音樂響起,時間彷彿靜止了。情侶、戀人、陌生人和出租車舞者(可以僱用年輕人為無人陪伴的女士跳舞),彼此旋轉。數以千計的鮮花讓大廳瀰漫著玫瑰色的香味。當華爾茲首次出現時,這種舞蹈要求男女的距離很近,引起了軒然大波。如今,即使在幾千人的大廳裡,仍然給人一種親切、神奇的感覺,彷彿什麼事情都可能發生,彷彿瞬間全部爆發。我試著接受這一切,最重要的是,不要低頭看著我的腳,就像我的舞蹈教練教育我的那樣(「你看起來像個業餘!」)。
一下午能學會跳華爾滋嗎?一天之內就能學會說一門語言嗎?這些事情最終並不重要。對於像我這樣的遊客來說,參加一個舞會,在一個充滿講著非母語的人的房間裡,是進入一個遠遠超出旅遊線輪廓的不同世界的窗口。
很快就到了午夜,所有的客人都聚集在一起跳卡德里爾舞。然後,凌晨 2 點,四方舞又重複了一遍,這一次,混亂和困惑明顯增加,人們用德語、英語和法語大喊大叫。凌晨三點了,大廳裡依然擠滿了人。我的時差反應是一個有爭議的問題。我在跳華爾滋——或者至少在嘗試。我和一對從維吉尼亞來到這裡的夫婦交談過。我給一對奧地利夫婦拍了一張照片,但光線不太好。 「沒關係,」女人告訴我。 “只是為了記住這種感覺。”

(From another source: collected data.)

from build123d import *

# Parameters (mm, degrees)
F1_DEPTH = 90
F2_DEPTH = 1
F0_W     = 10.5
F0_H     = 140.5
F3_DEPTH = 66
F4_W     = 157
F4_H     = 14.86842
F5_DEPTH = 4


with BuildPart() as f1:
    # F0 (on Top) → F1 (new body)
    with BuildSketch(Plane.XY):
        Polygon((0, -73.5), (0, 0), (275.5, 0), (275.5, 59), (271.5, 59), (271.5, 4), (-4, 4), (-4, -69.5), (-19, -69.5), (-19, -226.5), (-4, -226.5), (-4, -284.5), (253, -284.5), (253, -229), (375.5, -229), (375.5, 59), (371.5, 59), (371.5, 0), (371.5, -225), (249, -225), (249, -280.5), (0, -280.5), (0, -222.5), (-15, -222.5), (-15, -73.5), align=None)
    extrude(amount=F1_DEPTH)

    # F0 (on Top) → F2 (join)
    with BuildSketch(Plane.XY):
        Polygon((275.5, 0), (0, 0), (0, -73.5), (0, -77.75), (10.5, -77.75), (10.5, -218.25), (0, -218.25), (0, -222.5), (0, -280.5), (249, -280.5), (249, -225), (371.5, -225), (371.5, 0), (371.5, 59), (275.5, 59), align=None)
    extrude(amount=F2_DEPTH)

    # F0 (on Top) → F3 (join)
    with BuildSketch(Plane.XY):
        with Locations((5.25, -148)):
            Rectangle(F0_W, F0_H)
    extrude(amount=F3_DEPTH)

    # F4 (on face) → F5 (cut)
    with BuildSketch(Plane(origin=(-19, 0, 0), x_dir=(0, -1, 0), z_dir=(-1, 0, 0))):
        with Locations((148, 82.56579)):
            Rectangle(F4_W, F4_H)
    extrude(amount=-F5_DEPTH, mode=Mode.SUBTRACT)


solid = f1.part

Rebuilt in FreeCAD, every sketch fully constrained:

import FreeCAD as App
import Part
import Sketcher

V = App.Vector

doc = App.newDocument("Part")
body = doc.addObject("PartDesign::Body", "Body")

# Sketch on XY plane
sketch1 = body.newObject("Sketcher::SketchObject", "Sketch")
sketch1.AttachmentSupport = (doc.getObject("XY_Plane"), [""])
sketch1.MapMode = "FlatFace"
sketch1.addGeometry([
    Part.LineSegment(V(0, -73.5, 0), V(0, 0, 0)),  # 0
    Part.LineSegment(V(0, 0, 0), V(275.5, 0, 0)),  # 1
    Part.LineSegment(V(275.5, 0, 0), V(275.5, 59, 0)),  # 2
    Part.LineSegment(V(275.5, 59, 0), V(271.5, 59, 0)),  # 3
    Part.LineSegment(V(271.5, 59, 0), V(271.5, 4, 0)),  # 4
    Part.LineSegment(V(271.5, 4, 0), V(-4, 4, 0)),  # 5
    Part.LineSegment(V(-4, 4, 0), V(-4, -69.5, 0)),  # 6
    Part.LineSegment(V(-4, -69.5, 0), V(-19, -69.5, 0)),  # 7
    Part.LineSegment(V(-19, -69.5, 0), V(-19, -226.5, 0)),  # 8
    Part.LineSegment(V(-19, -226.5, 0), V(-4, -226.5, 0)),  # 9
    Part.LineSegment(V(-4, -226.5, 0), V(-4, -284.5, 0)),  # 10
    Part.LineSegment(V(-4, -284.5, 0), V(253, -284.5, 0)),  # 11
    Part.LineSegment(V(253, -284.5, 0), V(253, -229, 0)),  # 12
    Part.LineSegment(V(253, -229, 0), V(375.5, -229, 0)),  # 13
    Part.LineSegment(V(375.5, -229, 0), V(375.5, 59, 0)),  # 14
    Part.LineSegment(V(375.5, 59, 0), V(371.5, 59, 0)),  # 15
    Part.LineSegment(V(371.5, 59, 0), V(371.5, -225, 0)),  # 16
    Part.LineSegment(V(371.5, -225, 0), V(249, -225, 0)),  # 17
    Part.LineSegment(V(249, -225, 0), V(249, -280.5, 0)),  # 18
    Part.LineSegment(V(249, -280.5, 0), V(0, -280.5, 0)),  # 19
    Part.LineSegment(V(0, -280.5, 0), V(0, -222.5, 0)),  # 20
    Part.LineSegment(V(0, -222.5, 0), V(-15, -222.5, 0)),  # 21
    Part.LineSegment(V(-15, -222.5, 0), V(-15, -73.5, 0)),  # 22
    Part.LineSegment(V(-15, -73.5, 0), V(0, -73.5, 0)),  # 23
], False)
sketch1.addConstraint([
    Sketcher.Constraint("Coincident", 0, 2, 1, 1),
    Sketcher.Constraint("Coincident", 1, 2, 2, 1),
    Sketcher.Constraint("Coincident", 2, 2, 3, 1),
    Sketcher.Constraint("Coincident", 3, 2, 4, 1),
    Sketcher.Constraint("Coincident", 4, 2, 5, 1),
    Sketcher.Constraint("Coincident", 5, 2, 6, 1),
    Sketcher.Constraint("Coincident", 6, 2, 7, 1),
    Sketcher.Constraint("Coincident", 7, 2, 8, 1),
    Sketcher.Constraint("Coincident", 8, 2, 9, 1),
    Sketcher.Constraint("Coincident", 9, 2, 10, 1),
    Sketcher.Constraint("Coincident", 10, 2, 11, 1),
    Sketcher.Constraint("Coincident", 11, 2, 12, 1),
    Sketcher.Constraint("Coincident", 12, 2, 13, 1),
    Sketcher.Constraint("Coincident", 13, 2, 14, 1),
    Sketcher.Constraint("Coincident", 14, 2, 15, 1),
    Sketcher.Constraint("Coincident", 15, 2, 16, 1),
    Sketcher.Constraint("Coincident", 16, 2, 17, 1),
    Sketcher.Constraint("Coincident", 17, 2, 18, 1),
    Sketcher.Constraint("Coincident", 18, 2, 19, 1),
    Sketcher.Constraint("Coincident", 19, 2, 20, 1),
    Sketcher.Constraint("Coincident", 20, 2, 21, 1),
    Sketcher.Constraint("Coincident", 21, 2, 22, 1),
    Sketcher.Constraint("Coincident", 22, 2, 23, 1),
    Sketcher.Constraint("Coincident", 23, 2, 0, 1),
    Sketcher.Constraint("Vertical", 0),
    Sketcher.Constraint("Horizontal", 1),
    Sketcher.Constraint("Vertical", 2),
    Sketcher.Constraint("Horizontal", 3),
    Sketcher.Constraint("Vertical", 4),
    Sketcher.Constraint("Horizontal", 5),
    Sketcher.Constraint("Vertical", 6),
    Sketcher.Constraint("Horizontal", 7),
    Sketcher.Constraint("Vertical", 8),
    Sketcher.Constraint("Horizontal", 9),
    Sketcher.Constraint("Vertical", 10),
    Sketcher.Constraint("Horizontal", 11),
    Sketcher.Constraint("Vertical", 12),
    Sketcher.Constraint("Horizontal", 13),
    Sketcher.Constraint("Vertical", 14),
    Sketcher.Constraint("Horizontal", 15),
    Sketcher.Constraint("Vertical", 16),
    Sketcher.Constraint("Horizontal", 17),
    Sketcher.Constraint("Vertical", 18),
    Sketcher.Constraint("Horizontal", 19),
    Sketcher.Constraint("Vertical", 20),
    Sketcher.Constraint("Horizontal", 21),
    Sketcher.Constraint("Vertical", 22),
    Sketcher.Constraint("Horizontal", 23),
    Sketcher.Constraint("Coincident", 0, 2, -1, 1),
    Sketcher.Constraint("PointOnObject", 19, 2, -2),
    Sketcher.Constraint("Horizontal", 3, 2, 14, 2),
    Sketcher.Constraint("Vertical", 6, 2, 9, 2),
    Sketcher.Constraint("Equal", 1, 5),
    Sketcher.Constraint("Equal", 3, 15),
    Sketcher.Constraint("Equal", 13, 17),
    Sketcher.Constraint("Equal", 9, 21),
    Sketcher.Constraint("Equal", 0, 6),
    Sketcher.Constraint("Equal", 12, 18),
    Sketcher.Constraint("Equal", 10, 20),
    Sketcher.Constraint("DistanceX", 3, 2, 3, 1, 4.0),
    Sketcher.Constraint("DistanceX", 7, 2, 7, 1, 15.0),
    Sketcher.Constraint("DistanceX", 11, 1, 11, 2, 257.0),
    Sketcher.Constraint("DistanceY", 2, 1, 2, 2, 59.0),
    Sketcher.Constraint("DistanceY", 4, 2, 4, 1, 55.0),
    Sketcher.Constraint("DistanceY", 8, 2, 8, 1, 157.0),
    Sketcher.Constraint("DistanceY", 10, 2, 10, 1, 58.0),
    Sketcher.Constraint("DistanceY", 14, 1, 14, 2, 288.0),
    Sketcher.Constraint("DistanceY", 16, 2, 16, 1, 284.0),
    Sketcher.Constraint("DistanceX", 1, 1, 1, 2, 275.5),
    Sketcher.Constraint("DistanceX", 13, 1, 13, 2, 122.5),
    Sketcher.Constraint("DistanceY", 0, 1, 0, 2, 73.5),
])
pad1 = body.newObject("PartDesign::Pad", "Pad")
pad1.Profile = sketch1
pad1.Length = 90

# Sketch on XY plane
sketch2 = body.newObject("Sketcher::SketchObject", "Sketch001")
sketch2.AttachmentSupport = (doc.getObject("XY_Plane"), [""])
sketch2.MapMode = "FlatFace"
sketch2.addGeometry([
    Part.LineSegment(V(276, 0, 0), V(0, 0, 0)),  # 0
    Part.LineSegment(V(0, 0, 0), V(0, -78, 0)),  # 1
    Part.LineSegment(V(0, -78, 0), V(10, -78, 0)),  # 2
    Part.LineSegment(V(10, -78, 0), V(10, -218, 0)),  # 3
    Part.LineSegment(V(10, -218, 0), V(0, -218, 0)),  # 4
    Part.LineSegment(V(0, -218, 0), V(0, -280, 0)),  # 5
    Part.LineSegment(V(0, -280, 0), V(249, -280, 0)),  # 6
    Part.LineSegment(V(249, -280, 0), V(249, -225, 0)),  # 7
    Part.LineSegment(V(249, -225, 0), V(372, -225, 0)),  # 8
    Part.LineSegment(V(372, -225, 0), V(372, 59, 0)),  # 9
    Part.LineSegment(V(372, 59, 0), V(276, 59, 0)),  # 10
    Part.LineSegment(V(276, 59, 0), V(276, 0, 0)),  # 11
], False)
sketch2.addConstraint([
    Sketcher.Constraint("Coincident", 0, 2, 1, 1),
    Sketcher.Constraint("Coincident", 1, 2, 2, 1),
    Sketcher.Constraint("Coincident", 2, 2, 3, 1),
    Sketcher.Constraint("Coincident", 3, 2, 4, 1),
    Sketcher.Constraint("Coincident", 4, 2, 5, 1),
    Sketcher.Constraint("Coincident", 5, 2, 6, 1),
    Sketcher.Constraint("Coincident", 6, 2, 7, 1),
    Sketcher.Constraint("Coincident", 7, 2, 8, 1),
    Sketcher.Constraint("Coincident", 8, 2, 9, 1),
    Sketcher.Constraint("Coincident", 9, 2, 10, 1),
    Sketcher.Constraint("Coincident", 10, 2, 11, 1),
    Sketcher.Constraint("Coincident", 11, 2, 0, 1),
    Sketcher.Constraint("Horizontal", 0),
    Sketcher.Constraint("Vertical", 1),
    Sketcher.Constraint("Horizontal", 2),
    Sketcher.Constraint("Vertical", 3),
    Sketcher.Constraint("Horizontal", 4),
    Sketcher.Constraint("Vertical", 5),
    Sketcher.Constraint("Horizontal", 6),
    Sketcher.Constraint("Vertical", 7),
    Sketcher.Constraint("Horizontal", 8),
    Sketcher.Constraint("Vertical", 9),
    Sketcher.Constraint("Horizontal", 10),
    Sketcher.Constraint("Vertical", 11),
    Sketcher.Constraint("Coincident", 0, 2, -1, 1),
    Sketcher.Constraint("PointOnObject", 4, 2, -2),
    Sketcher.Constraint("DistanceX", 6, 1, 6, 2, 249.0),
    Sketcher.Constraint("DistanceX", 10, 2, 10, 1, 96.0),
    Sketcher.Constraint("DistanceY", 9, 1, 9, 2, 284.0),
    Sketcher.Constraint("DistanceY", 11, 2, 11, 1, 59.0),
    Sketcher.Constraint("DistanceX", 0, 2, 0, 1, 275.5),
    Sketcher.Constraint("DistanceX", 2, 1, 2, 2, 10.5),
    Sketcher.Constraint("DistanceY", 3, 2, 3, 1, 140.5),
    Sketcher.Constraint("DistanceY", 7, 1, 7, 2, 55.5),
    Sketcher.Constraint("DistanceY", 1, 2, 1, 1, 77.75),
])
pad2 = body.newObject("PartDesign::Pad", "Pad001")
pad2.Profile = sketch2
pad2.Length = 1

# Sketch on XY plane
sketch3 = body.newObject("Sketcher::SketchObject", "Sketch002")
sketch3.AttachmentSupport = (doc.getObject("XY_Plane"), [""])
sketch3.MapMode = "FlatFace"
sketch3.addGeometry([
    Part.LineSegment(V(0, -78, 0), V(0, -218, 0)),
    Part.LineSegment(V(0, -218, 0), V(10, -218, 0)),
    Part.LineSegment(V(10, -218, 0), V(10, -78, 0)),
    Part.LineSegment(V(10, -78, 0), V(0, -78, 0)),
], False)
sketch3.addConstraint([
    Sketcher.Constraint("Coincident", 0, 2, 1, 1),
    Sketcher.Constraint("Coincident", 1, 2, 2, 1),
    Sketcher.Constraint("Coincident", 2, 2, 3, 1),
    Sketcher.Constraint("Coincident", 3, 2, 0, 1),
    Sketcher.Constraint("Vertical", 0),
    Sketcher.Constraint("Horizontal", 1),
    Sketcher.Constraint("Vertical", 2),
    Sketcher.Constraint("Horizontal", 3),
    Sketcher.Constraint("PointOnObject", 0, 2, -2),
    Sketcher.Constraint("DistanceX", 1, 1, 1, 2, 10.5),
    Sketcher.Constraint("DistanceY", 0, 2, 0, 1, 140.5),
    Sketcher.Constraint("DistanceY", 0, 2, -1, 1, 218.25),
])
pad3 = body.newObject("PartDesign::Pad", "Pad002")
pad3.Profile = sketch3
pad3.Length = 66

# Sketch on YZ plane
sketch4 = body.newObject("Sketcher::SketchObject", "Sketch003")
sketch4.AttachmentSupport = (doc.getObject("YZ_Plane"), [""])
sketch4.MapMode = "FlatFace"
sketch4.AttachmentOffset = App.Placement(V(0, 0, -19), App.Rotation())
sketch4.addGeometry([
    Part.LineSegment(V(-70, 90, 0), V(-70, 75, 0)),
    Part.LineSegment(V(-70, 75, 0), V(-226, 75, 0)),
    Part.LineSegment(V(-226, 75, 0), V(-226, 90, 0)),
    Part.LineSegment(V(-226, 90, 0), V(-70, 90, 0)),
], False)
sketch4.addConstraint([
    Sketcher.Constraint("Coincident", 0, 2, 1, 1),
    Sketcher.Constraint("Coincident", 1, 2, 2, 1),
    Sketcher.Constraint("Coincident", 2, 2, 3, 1),
    Sketcher.Constraint("Coincident", 3, 2, 0, 1),
    Sketcher.Constraint("Vertical", 0),
    Sketcher.Constraint("Horizontal", 1),
    Sketcher.Constraint("Vertical", 2),
    Sketcher.Constraint("Horizontal", 3),
    Sketcher.Constraint("DistanceX", 1, 2, 1, 1, 157.0),
    Sketcher.Constraint("DistanceY", -1, 1, 2, 2, 90.0),
    Sketcher.Constraint("DistanceX", 0, 2, -1, 1, 69.5),
    Sketcher.Constraint("DistanceY", 0, 2, 0, 1, 14.86842),
])
pocket1 = body.newObject("PartDesign::Pocket", "Pocket")
pocket1.Profile = sketch4
pocket1.Length = 4
pocket1.Reversed = True

doc.recompute()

舞會、夜晚、這座城市本身,似乎沒有開始,也沒有結束。畢竟,維也納是人們在除夕夜午夜時分跳華爾滋的地方,每年冬天都有成千上萬的人參加指定的舞會季節,而且一年中近 365 天都有古典音樂表演。維也納保持著過去和現在的平衡,似乎是透過對美的相互欣賞而結合在一起的。
時間總是越來越晚。我不想讓魔法結束。我注意到一個女人在回家之前給計程車舞者塞了一張紙條。一對中年夫婦交換電話號碼。一位看起來像拉蔻兒·韋爾奇 (Raquel Welch) 的優雅老婦人戴著有色眼鏡,微笑著,就像剛剛墜入愛河。一對八十多歲的夫婦獨自在樓上的陽台上跳華爾茲,一對十幾歲的夫婦在舞池上走來走去,臉上表情嚴肅。

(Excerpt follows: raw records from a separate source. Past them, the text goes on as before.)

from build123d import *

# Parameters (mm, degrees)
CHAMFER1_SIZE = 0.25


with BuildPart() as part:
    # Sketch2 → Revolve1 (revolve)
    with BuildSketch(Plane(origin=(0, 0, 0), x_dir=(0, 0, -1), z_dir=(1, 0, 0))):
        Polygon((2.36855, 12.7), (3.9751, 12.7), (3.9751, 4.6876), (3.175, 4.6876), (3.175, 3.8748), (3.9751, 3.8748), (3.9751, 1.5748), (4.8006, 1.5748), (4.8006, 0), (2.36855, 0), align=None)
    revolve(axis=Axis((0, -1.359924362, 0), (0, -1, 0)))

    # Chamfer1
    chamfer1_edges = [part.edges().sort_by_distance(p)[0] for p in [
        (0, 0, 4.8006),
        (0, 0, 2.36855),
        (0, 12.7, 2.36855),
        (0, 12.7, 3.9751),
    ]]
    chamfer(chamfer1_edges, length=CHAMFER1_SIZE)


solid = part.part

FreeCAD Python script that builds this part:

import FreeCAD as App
import Part
import Sketcher
from FreeCAD import Vector
Q = App.Units.Quantity


def edges_at(feature, points):
    """Names of the edges that pass closest to the given points."""
    edges = feature.Shape.Edges
    near = lambda p: min(range(len(edges)), key=lambda i: edges[i].distToShape(Part.Vertex(*p))[0])
    return sorted({f"Edge{near(p) + 1}" for p in points})


def add_polygon(sketch, points):
    """Adds a closed chain of lines whose ends are joined by coincident constraints."""
    first, n = sketch.GeometryCount, len(points)
    for a, b in zip(points, points[1:] + points[:1]):
        sketch.addGeometry(Part.LineSegment(App.Vector(*a, 0), App.Vector(*b, 0)), False)
    for i in range(n):
        sketch.addConstraint(Sketcher.Constraint("Coincident", first + i, 2, first + (i + 1) % n, 1))

doc = App.newDocument("Part")
params = doc.addObject("Spreadsheet::Sheet", "Params")
for row, (alias, value) in enumerate([
    ("sketch1_width", "0.5 in"),
    ("sketch1_width2", "0.062 in"),
    ("sketch1_width3", "0.032 in"),
    ("revolution_angle", "360 deg"),
    ("chamfer_size", "0.25 mm"),
], start=1):
    params.set(f"A{row}", alias)
    params.set(f"B{row}", "=" + value)
    params.setAlias(f"B{row}", alias)

body = doc.addObject("PartDesign::Body", "Body")

sketch1 = body.newObject("Sketcher::SketchObject", "Sketch")
sketch1.AttachmentSupport = (doc.getObject("YZ_Plane"), [""])
sketch1.MapMode = "FlatFace"
add_polygon(sketch1, [(12.7, -4), (12.7, -2.4), (0, -2.4), (0, -4.8), (1.6, -4.8), (1.6, -4), (3.9, -4), (3.9, -3.2), (4.7, -3.2), (4.7, -4)])
sketch1.addConstraint([
    Sketcher.Constraint("Vertical", 0),
    Sketcher.Constraint("Horizontal", 1),
    Sketcher.Constraint("Vertical", 2),
    Sketcher.Constraint("Horizontal", 3),
    Sketcher.Constraint("Vertical", 4),
    Sketcher.Constraint("Horizontal", 5),
    Sketcher.Constraint("Vertical", 6),
    Sketcher.Constraint("Horizontal", 7),
    Sketcher.Constraint("Vertical", 8),
    Sketcher.Constraint("Horizontal", 9),
    Sketcher.Constraint("PointOnObject", 1, 2, -2),
    Sketcher.Constraint("Horizontal", 5, 2, 8, 2),
    Sketcher.Constraint("DistanceX", 1, 2, 1, 1, Q("0.5 in")),
    Sketcher.Constraint("DistanceX", 3, 1, 3, 2, Q("0.062 in")),
    Sketcher.Constraint("DistanceX", 7, 1, 7, 2, Q("0.032 in")),
    Sketcher.Constraint("DistanceY", 4, 1, 4, 2, Q("0.0325 in")),
    Sketcher.Constraint("DistanceY", 6, 1, 6, 2, Q("0.0315 in")),
    Sketcher.Constraint("DistanceY", 2, 2, -1, 1, Q("0.189 in")),
    Sketcher.Constraint("DistanceX", 5, 1, 5, 2, Q("2.3 mm")),
    Sketcher.Constraint("DistanceY", 0, 1, 0, 2, Q("1.60655 mm")),
])
sketch1.setExpression("Constraints[22]", "Params.sketch1_width")
sketch1.setExpression("Constraints[23]", "Params.sketch1_width2")
sketch1.setExpression("Constraints[24]", "Params.sketch1_width3")
revolution = body.newObject("PartDesign::Revolution", "Revolution")
revolution.Profile = sketch1
revolution.ReferenceAxis = (sketch1, ["H_Axis"])
revolution.setExpression("Angle", "Params.revolution_angle")
doc.recompute()

chamfer = body.newObject("PartDesign::Chamfer", "Chamfer")
chamfer.Base = (revolution, edges_at(revolution, [
    (0, 0, 4.801),
    (0, 0, 2.369),
    (0, 12.7, 2.369),
    (0, 12.7, 3.975),
]))
chamfer.setExpression("Size", "Params.chamfer_size")

doc.recompute()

就像所有的童話故事一樣,這個舞會也必須結束。不會有教練變成南瓜,不會有國王對我鞋子的狀況生氣,但會有一架飛機要趕,一件衣服要返回,一千個髮夾要從我的頭髮上拔下來。時鐘敲響了凌晨 5 點,情侶們在舞池裡的動作更加緩慢。燈光暗了下來。舞會和所有的仙塵都即將結束。
然而,就像你小時候讀過的童話故事,或是你內心深處的早期記憶一樣,它永遠不會完全結束或消失。夜晚的記憶和它的魔力將繼續存在,因為幾乎不可能逃脫華爾茲的聲音,尤其是史特勞斯的《藍色多瑙河》。 我發現這首華爾茲伴隨著我走遍了世界——幾個月後,我在一艘穿越德雷克海峽前往南極洲的探險船上聽到了這首華爾茲,在家裡的沙發上觀看了HBO 的一集節目。就這樣,銀色的森林重新生長。夜晚感覺很新鮮,你的鞋子還沒破。就像初戀或童年故事一樣,它會永遠伴隨您。如果你幸運的話,你將永遠無法康復。